# Yak-3 or Yak-9?



## cheddar cheese (Apr 12, 2005)

Been wondering this for a while now...which was better out of the Yak-3 and the Yak-9?


----------



## delcyros (Apr 12, 2005)

I would choose the nimble Yak-3. 
The Yak-9 is much heavier, the air-superiority fighter with long range.
Original development shows that the Yak-3 origins in the light Yak-1 while the heavier Yak-9 origins in the Yak-7.


----------



## Nonskimmer (Apr 12, 2005)

I thought the Yak-9 was essentially a high altitude version of the Yak-3.


----------



## FLYBOYJ (Apr 12, 2005)

I think it's almost like comparing a Spitfire to a Mustang - Ruskie Style!


----------



## Soren (Apr 12, 2005)

The Yak9 was in some ways superior, for one it had a bigger wing-area, meaning better turn rate.

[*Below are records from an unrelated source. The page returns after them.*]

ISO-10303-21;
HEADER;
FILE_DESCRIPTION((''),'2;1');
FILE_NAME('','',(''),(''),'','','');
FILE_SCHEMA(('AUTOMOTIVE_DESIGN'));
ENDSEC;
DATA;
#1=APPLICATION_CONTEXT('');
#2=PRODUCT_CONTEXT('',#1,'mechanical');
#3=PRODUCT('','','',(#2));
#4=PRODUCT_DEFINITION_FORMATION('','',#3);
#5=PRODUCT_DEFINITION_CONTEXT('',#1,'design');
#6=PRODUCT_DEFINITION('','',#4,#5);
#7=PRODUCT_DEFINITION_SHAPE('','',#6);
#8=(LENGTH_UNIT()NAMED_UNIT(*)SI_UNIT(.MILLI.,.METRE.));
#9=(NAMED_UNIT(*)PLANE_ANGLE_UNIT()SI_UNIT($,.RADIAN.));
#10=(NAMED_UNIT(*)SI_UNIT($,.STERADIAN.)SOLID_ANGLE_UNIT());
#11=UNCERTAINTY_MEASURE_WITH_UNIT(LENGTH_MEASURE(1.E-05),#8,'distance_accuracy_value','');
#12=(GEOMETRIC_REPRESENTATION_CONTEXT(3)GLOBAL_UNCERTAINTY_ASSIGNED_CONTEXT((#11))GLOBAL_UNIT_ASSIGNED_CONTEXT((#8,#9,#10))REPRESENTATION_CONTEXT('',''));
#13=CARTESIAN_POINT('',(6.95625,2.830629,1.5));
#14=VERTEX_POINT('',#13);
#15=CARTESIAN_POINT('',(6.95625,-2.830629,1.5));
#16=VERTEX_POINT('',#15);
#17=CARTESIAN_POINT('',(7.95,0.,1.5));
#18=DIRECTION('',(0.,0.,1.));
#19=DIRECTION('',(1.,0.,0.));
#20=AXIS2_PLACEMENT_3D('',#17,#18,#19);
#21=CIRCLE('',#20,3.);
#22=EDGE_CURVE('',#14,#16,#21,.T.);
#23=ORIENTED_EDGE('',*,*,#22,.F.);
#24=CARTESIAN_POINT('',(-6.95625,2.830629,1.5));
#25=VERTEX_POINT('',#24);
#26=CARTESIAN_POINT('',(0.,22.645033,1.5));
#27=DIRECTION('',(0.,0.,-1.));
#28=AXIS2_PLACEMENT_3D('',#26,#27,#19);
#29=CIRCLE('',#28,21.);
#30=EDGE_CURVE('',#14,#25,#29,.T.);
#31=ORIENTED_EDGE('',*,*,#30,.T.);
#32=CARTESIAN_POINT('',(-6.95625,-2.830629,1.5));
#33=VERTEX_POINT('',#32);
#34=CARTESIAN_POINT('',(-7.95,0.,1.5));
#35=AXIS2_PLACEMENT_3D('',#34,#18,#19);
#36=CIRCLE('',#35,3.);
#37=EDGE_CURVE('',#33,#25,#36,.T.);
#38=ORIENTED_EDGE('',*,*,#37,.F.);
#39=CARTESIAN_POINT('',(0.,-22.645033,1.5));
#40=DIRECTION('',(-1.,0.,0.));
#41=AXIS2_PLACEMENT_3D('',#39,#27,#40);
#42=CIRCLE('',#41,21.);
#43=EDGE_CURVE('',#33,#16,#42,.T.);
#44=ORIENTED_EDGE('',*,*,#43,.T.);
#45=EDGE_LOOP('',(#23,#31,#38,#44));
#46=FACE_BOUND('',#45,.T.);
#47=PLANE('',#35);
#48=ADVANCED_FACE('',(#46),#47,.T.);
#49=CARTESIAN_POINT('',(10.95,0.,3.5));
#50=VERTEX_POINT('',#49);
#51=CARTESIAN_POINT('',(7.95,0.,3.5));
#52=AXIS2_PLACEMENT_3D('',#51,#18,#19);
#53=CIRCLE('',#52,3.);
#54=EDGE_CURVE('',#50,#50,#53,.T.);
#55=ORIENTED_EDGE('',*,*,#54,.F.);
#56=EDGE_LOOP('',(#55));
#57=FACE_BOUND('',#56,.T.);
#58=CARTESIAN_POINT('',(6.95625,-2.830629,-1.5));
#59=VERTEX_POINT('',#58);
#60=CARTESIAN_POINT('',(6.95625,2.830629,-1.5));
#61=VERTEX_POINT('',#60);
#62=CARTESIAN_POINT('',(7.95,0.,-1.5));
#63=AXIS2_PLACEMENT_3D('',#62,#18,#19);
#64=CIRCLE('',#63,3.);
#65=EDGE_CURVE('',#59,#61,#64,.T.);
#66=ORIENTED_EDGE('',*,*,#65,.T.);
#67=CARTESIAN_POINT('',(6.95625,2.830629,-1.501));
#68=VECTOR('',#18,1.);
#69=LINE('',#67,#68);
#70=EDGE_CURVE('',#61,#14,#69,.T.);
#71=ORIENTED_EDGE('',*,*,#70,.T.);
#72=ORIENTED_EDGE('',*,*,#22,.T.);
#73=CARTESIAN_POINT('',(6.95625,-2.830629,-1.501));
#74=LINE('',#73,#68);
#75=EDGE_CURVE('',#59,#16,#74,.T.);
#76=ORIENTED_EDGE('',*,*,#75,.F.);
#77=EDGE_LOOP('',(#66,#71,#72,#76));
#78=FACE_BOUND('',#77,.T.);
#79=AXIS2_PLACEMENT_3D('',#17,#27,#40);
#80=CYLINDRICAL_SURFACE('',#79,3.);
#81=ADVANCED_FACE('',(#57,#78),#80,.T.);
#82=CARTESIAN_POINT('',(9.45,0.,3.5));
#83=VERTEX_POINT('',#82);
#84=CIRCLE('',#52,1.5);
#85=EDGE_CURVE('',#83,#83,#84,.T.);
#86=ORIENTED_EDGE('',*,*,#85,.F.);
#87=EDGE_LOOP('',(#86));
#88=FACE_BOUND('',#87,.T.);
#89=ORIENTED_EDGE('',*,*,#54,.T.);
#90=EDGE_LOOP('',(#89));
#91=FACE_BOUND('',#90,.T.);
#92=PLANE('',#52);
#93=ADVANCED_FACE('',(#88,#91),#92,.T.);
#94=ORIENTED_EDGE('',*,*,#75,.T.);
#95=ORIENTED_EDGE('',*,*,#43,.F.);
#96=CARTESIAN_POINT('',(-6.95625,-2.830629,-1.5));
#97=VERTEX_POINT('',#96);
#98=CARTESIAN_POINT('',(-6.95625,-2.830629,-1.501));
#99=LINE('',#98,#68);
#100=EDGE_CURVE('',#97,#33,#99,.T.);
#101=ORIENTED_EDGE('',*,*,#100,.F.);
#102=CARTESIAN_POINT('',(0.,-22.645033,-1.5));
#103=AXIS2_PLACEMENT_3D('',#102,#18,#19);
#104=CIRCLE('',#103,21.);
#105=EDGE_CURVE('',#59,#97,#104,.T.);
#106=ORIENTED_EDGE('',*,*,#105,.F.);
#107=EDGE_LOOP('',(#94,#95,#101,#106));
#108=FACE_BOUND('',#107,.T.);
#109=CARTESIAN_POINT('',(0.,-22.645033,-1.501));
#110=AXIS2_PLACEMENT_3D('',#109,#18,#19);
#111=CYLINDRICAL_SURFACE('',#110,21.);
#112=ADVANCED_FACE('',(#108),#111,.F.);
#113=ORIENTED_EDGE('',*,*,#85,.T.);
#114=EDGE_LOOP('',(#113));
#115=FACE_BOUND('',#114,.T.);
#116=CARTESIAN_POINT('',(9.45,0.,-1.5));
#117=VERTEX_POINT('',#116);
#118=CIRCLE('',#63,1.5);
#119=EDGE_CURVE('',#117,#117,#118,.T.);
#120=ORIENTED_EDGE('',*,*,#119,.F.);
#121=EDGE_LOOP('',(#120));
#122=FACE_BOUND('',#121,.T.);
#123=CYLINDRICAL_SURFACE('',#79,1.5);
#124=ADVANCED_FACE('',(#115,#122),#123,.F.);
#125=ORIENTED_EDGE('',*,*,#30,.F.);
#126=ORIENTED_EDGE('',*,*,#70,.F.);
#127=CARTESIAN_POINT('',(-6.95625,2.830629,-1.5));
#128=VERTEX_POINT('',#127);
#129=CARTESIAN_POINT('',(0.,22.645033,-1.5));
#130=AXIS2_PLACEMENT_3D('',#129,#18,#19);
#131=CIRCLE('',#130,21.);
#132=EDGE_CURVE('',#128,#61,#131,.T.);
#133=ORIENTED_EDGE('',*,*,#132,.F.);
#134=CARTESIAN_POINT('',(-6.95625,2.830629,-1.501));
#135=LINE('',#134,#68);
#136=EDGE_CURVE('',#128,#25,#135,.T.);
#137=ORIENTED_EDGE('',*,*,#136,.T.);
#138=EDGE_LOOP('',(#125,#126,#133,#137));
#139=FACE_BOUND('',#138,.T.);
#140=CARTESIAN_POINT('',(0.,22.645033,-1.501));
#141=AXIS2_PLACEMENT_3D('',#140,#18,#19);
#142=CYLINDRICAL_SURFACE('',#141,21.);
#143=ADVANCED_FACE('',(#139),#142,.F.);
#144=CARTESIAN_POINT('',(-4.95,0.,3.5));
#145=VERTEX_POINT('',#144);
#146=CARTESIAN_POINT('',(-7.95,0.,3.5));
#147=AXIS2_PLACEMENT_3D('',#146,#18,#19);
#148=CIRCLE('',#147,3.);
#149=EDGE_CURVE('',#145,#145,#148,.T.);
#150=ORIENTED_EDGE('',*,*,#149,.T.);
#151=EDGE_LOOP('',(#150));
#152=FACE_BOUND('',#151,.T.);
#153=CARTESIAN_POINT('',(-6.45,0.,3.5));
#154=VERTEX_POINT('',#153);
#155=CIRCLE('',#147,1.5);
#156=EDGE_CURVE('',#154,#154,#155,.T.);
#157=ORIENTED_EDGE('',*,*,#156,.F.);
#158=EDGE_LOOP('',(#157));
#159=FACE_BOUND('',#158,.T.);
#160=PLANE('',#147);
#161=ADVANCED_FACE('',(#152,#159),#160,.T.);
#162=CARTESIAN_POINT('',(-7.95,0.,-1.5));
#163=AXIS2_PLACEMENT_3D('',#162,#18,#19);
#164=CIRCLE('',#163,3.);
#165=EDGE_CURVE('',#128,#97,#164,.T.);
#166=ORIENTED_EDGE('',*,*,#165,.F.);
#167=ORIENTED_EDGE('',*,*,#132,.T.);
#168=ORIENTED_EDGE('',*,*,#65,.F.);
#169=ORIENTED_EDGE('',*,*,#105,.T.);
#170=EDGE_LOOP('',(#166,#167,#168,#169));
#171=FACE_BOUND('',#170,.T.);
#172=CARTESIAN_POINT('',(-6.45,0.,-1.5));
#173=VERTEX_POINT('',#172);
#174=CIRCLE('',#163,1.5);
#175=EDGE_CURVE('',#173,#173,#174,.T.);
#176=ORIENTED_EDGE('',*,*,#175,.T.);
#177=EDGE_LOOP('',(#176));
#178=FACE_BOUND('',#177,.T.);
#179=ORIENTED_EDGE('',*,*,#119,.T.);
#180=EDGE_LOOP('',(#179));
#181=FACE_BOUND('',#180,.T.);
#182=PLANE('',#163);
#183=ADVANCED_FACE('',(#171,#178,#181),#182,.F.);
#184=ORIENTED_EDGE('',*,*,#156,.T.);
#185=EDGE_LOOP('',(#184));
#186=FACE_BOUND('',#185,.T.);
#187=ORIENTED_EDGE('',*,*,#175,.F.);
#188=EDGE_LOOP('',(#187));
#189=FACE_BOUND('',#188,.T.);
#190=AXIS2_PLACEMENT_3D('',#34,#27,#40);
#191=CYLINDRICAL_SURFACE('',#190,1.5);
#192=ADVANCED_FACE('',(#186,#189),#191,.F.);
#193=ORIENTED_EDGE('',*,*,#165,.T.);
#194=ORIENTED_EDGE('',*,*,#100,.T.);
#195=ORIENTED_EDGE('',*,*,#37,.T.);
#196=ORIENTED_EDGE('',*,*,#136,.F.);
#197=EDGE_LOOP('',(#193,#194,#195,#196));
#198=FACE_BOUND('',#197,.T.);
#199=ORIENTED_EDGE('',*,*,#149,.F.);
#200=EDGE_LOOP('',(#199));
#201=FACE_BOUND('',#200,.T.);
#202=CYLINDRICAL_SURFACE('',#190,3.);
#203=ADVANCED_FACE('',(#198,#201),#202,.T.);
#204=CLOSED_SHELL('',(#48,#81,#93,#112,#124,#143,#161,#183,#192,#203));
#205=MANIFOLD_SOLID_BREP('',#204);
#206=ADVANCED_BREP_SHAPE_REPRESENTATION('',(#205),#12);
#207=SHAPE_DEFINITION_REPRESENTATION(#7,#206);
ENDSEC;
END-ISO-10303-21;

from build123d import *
from build123d.topology import SkipClean

# Parameters (mm, degrees)
SKETCH1_R           = 1.5
BOSS_EXTRUDE1_DEPTH = 1.5
SKETCH2_OUTSIDE_W   = 28.48
SKETCH2_OUTSIDE_H   = 12.58
CUT_EXTRUDE1_DEPTH  = 3
BOSS_EXTRUDE2_START = 2
SKETCH3_R           = 3
SKETCH3_R_2         = 1.5
BOSS_EXTRUDE2_DEPTH = 2


with BuildPart() as part:
    # Sketch1 → Boss-Extrude1 (new, symmetric)
    with BuildSketch(Plane.XY):
        with BuildLine():
            Line((-7.95, 3), (7.95, 3))
            ThreePointArc((7.95, 3), (10.95, 0), (7.95, -3))
            Line((7.95, -3), (-7.95, -3))
            ThreePointArc((-7.95, -3), (-10.95, 0), (-7.95, 3))
        make_face()
        with Locations((-7.95, 0)):
            Circle(SKETCH1_R, mode=Mode.SUBTRACT)
        with Locations((7.95, 0)):
            Circle(SKETCH1_R, mode=Mode.SUBTRACT)
    extrude(amount=BOSS_EXTRUDE1_DEPTH, both=True)

    # Sketch2 outside → Cut-Extrude1 (cut)
    with SkipClean():  # the faces are left unmerged after this step: merging them gives an invalid solid
        with BuildSketch(Plane.XY.offset(1.5)):
            Rectangle(SKETCH2_OUTSIDE_W, SKETCH2_OUTSIDE_H)
            with BuildLine():
                ThreePointArc((-6.95625, 2.830629071), (-10.95, 0), (-6.95625, -2.830629071))
                ThreePointArc((-6.95625, -2.830629071), (0, -1.645032568), (6.95625, -2.830629071))
                ThreePointArc((6.95625, -2.830629071), (10.95, 0), (6.95625, 2.830629071))
                ThreePointArc((6.95625, 2.830629071), (0, 1.645032568), (-6.95625, 2.830629071))
            make_face(mode=Mode.SUBTRACT)
        extrude(amount=-CUT_EXTRUDE1_DEPTH, mode=Mode.SUBTRACT)

    # Sketch3 → Boss-Extrude2 (add)
    # profile 1 of 2: a face of its own
    with SkipClean():  # the faces are left unmerged after this step: merging them gives an invalid solid
        with BuildSketch(Plane.XY.offset(1.5).offset(BOSS_EXTRUDE2_START)):
            with Locations(Location((-7.95, 0, 0), (0, 0, 289.344662967))):
                Circle(SKETCH3_R)
            with Locations((-7.95, 0)):
                Circle(SKETCH3_R_2, mode=Mode.SUBTRACT)
        # profile 2 of 2: a face of its own
        with BuildSketch(Plane.XY.offset(1.5).offset(BOSS_EXTRUDE2_START)):
            with Locations(Location((7.95, 0, 0), (0, 0, 250.655337033))):
                Circle(SKETCH3_R)
            with Locations((7.95, 0)):
                Circle(SKETCH3_R_2, mode=Mode.SUBTRACT)
        extrude(amount=-BOSS_EXTRUDE2_DEPTH)


solid = part.part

The Yak3's wing-area was only 14.35 sq.m !


----------



## blackeagle_I (Apr 12, 2005)

Nonskimmer said:


> I thought the Yak-9 was essentially a high altitude version of the Yak-3.



I think there was no high altitude Yak or La fighters in VVS.


----------



## Anonymous (Apr 13, 2005)

Soren said:


> The Yak9 was in some ways superior, for one it had a bigger wing-area, meaning better turn rate.
> 
> The Yak3's wing-area was only 14.35 sq.m !



No, because the Yak-9 was heavier and it had a higher proportion of weight in the wings.

The Yak-9 almost became the more nimble of the two with the Yak-9U all metal design, but then they decided to spend the weight savings on increased fuel capacity and armor.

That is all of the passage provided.